**INSTRUCTIONS TO FOLLOW:**
Where a line of the records holds the string "Tangent", copy that line.

**MATERIAL TO PROCESS:**
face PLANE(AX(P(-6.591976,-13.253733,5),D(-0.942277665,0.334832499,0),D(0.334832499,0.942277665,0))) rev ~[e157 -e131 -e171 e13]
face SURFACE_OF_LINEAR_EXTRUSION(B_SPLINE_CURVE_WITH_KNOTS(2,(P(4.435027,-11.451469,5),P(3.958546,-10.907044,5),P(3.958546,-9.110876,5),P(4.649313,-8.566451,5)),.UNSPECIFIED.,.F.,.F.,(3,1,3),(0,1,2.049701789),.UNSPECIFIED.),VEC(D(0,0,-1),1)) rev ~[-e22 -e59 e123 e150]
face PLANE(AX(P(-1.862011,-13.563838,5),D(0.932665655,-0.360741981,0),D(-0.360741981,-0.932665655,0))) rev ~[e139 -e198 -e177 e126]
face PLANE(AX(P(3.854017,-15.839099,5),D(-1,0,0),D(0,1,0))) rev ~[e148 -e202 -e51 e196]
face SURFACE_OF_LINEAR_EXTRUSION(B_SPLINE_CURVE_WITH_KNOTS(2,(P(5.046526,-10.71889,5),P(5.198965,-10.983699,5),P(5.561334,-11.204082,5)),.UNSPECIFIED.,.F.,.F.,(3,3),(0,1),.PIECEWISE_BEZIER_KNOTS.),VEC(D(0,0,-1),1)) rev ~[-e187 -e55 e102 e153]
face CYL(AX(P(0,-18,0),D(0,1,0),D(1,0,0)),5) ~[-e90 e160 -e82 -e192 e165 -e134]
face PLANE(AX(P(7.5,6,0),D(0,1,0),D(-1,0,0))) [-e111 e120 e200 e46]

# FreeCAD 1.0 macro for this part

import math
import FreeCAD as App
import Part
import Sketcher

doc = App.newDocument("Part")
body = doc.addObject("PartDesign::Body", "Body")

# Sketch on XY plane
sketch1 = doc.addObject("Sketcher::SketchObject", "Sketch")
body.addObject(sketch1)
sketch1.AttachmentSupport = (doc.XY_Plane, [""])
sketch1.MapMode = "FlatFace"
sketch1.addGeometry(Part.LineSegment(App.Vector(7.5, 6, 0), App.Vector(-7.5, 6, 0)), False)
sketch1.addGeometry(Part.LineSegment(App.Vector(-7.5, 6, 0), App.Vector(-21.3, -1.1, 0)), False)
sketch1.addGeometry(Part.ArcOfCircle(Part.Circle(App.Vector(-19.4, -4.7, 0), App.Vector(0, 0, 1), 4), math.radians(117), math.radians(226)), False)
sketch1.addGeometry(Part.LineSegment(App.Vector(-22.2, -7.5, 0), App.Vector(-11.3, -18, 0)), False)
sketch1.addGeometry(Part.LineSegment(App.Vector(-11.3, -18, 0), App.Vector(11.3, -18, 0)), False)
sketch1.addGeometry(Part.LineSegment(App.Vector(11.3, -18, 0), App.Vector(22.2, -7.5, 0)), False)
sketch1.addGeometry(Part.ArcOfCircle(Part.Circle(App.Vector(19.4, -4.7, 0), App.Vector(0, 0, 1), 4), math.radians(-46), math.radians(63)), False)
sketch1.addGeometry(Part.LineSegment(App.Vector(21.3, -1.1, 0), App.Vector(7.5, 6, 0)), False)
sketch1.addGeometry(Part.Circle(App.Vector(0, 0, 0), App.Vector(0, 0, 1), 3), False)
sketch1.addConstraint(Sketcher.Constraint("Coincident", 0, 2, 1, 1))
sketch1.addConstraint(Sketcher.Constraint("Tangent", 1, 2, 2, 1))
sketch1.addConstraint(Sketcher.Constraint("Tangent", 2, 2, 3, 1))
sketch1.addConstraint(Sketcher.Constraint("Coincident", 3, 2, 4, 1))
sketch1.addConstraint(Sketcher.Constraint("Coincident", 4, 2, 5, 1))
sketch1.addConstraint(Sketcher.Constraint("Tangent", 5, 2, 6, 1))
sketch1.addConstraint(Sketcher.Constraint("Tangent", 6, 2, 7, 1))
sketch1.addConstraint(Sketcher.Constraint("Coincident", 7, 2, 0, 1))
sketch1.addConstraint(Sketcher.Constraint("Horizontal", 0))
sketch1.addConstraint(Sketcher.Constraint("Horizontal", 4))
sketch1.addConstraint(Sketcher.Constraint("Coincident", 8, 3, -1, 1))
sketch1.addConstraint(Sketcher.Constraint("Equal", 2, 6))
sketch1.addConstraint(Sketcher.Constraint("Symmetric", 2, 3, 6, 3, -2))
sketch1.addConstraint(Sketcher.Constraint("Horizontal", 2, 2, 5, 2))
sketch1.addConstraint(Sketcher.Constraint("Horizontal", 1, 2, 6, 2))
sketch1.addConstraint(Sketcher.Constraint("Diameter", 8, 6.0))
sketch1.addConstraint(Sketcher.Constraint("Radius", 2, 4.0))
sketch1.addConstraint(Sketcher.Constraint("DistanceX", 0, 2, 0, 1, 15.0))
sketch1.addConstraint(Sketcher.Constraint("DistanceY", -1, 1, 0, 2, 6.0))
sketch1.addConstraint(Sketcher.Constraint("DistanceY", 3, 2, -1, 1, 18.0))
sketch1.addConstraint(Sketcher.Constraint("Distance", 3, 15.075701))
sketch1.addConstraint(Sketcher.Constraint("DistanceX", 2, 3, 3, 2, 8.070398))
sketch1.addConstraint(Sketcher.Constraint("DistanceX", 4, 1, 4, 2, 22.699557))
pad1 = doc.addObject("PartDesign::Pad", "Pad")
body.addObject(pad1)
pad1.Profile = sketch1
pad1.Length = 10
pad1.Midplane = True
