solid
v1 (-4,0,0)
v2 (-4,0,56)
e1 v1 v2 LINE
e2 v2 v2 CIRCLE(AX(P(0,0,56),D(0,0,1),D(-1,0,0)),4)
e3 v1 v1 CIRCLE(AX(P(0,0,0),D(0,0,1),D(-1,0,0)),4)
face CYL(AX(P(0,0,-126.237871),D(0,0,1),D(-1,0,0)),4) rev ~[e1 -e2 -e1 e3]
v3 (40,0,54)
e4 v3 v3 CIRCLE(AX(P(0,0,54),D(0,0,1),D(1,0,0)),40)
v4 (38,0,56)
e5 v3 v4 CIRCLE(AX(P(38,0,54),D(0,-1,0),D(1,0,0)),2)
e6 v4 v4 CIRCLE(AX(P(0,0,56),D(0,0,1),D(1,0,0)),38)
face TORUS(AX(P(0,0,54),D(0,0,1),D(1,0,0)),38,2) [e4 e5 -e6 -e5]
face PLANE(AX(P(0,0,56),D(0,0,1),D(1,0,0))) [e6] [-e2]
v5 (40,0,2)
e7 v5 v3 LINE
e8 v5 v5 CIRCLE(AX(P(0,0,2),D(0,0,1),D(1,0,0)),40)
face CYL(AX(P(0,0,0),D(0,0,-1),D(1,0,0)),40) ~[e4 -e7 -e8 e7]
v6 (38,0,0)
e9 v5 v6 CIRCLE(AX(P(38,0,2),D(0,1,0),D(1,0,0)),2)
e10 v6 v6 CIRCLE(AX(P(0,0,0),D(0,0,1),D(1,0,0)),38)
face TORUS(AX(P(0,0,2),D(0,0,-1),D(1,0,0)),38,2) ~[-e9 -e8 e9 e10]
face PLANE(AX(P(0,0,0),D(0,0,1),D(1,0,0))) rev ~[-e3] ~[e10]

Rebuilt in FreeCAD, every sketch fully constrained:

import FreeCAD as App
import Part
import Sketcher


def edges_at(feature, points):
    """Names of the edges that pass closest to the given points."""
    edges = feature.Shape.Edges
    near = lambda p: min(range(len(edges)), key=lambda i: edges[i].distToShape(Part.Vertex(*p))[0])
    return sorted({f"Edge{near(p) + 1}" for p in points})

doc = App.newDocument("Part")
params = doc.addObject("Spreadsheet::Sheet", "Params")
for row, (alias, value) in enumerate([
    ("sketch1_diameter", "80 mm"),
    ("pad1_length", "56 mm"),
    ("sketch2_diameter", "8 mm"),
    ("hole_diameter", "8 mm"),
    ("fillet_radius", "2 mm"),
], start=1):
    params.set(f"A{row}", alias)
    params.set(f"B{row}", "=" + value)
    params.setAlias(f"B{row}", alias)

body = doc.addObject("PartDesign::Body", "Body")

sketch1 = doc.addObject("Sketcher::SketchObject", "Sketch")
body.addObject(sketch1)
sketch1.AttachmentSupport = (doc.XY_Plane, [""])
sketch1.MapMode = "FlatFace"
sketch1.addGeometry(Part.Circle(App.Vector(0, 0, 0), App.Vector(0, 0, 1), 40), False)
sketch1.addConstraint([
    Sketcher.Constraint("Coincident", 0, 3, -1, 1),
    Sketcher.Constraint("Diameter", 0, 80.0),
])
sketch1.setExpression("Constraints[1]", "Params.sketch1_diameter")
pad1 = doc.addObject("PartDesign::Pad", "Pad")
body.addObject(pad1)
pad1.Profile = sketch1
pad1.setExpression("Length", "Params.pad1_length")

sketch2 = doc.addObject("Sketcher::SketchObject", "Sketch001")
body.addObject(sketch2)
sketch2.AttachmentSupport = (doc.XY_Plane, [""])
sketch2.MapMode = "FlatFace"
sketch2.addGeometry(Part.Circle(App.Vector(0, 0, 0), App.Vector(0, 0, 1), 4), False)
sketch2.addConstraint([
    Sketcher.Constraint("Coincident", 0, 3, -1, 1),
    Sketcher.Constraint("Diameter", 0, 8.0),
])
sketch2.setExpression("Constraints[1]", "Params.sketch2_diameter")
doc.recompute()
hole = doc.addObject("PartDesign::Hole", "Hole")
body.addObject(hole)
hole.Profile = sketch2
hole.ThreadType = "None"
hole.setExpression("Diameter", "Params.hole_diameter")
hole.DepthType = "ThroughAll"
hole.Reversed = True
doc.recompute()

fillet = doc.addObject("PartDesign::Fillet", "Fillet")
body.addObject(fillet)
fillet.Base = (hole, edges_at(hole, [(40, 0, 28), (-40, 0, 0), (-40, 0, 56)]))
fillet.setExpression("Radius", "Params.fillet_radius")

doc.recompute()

**RESPONSE TO THE TASK:**
sketch1.addConstraint(Sketcher.Constraint("Tangent", 1, 2, 2, 1))
sketch1.addConstraint(Sketcher.Constraint("Tangent", 2, 2, 3, 1))
sketch1.addConstraint(Sketcher.Constraint("Tangent", 5, 2, 6, 1))
sketch1.addConstraint(Sketcher.Constraint("Tangent", 6, 2, 7, 1))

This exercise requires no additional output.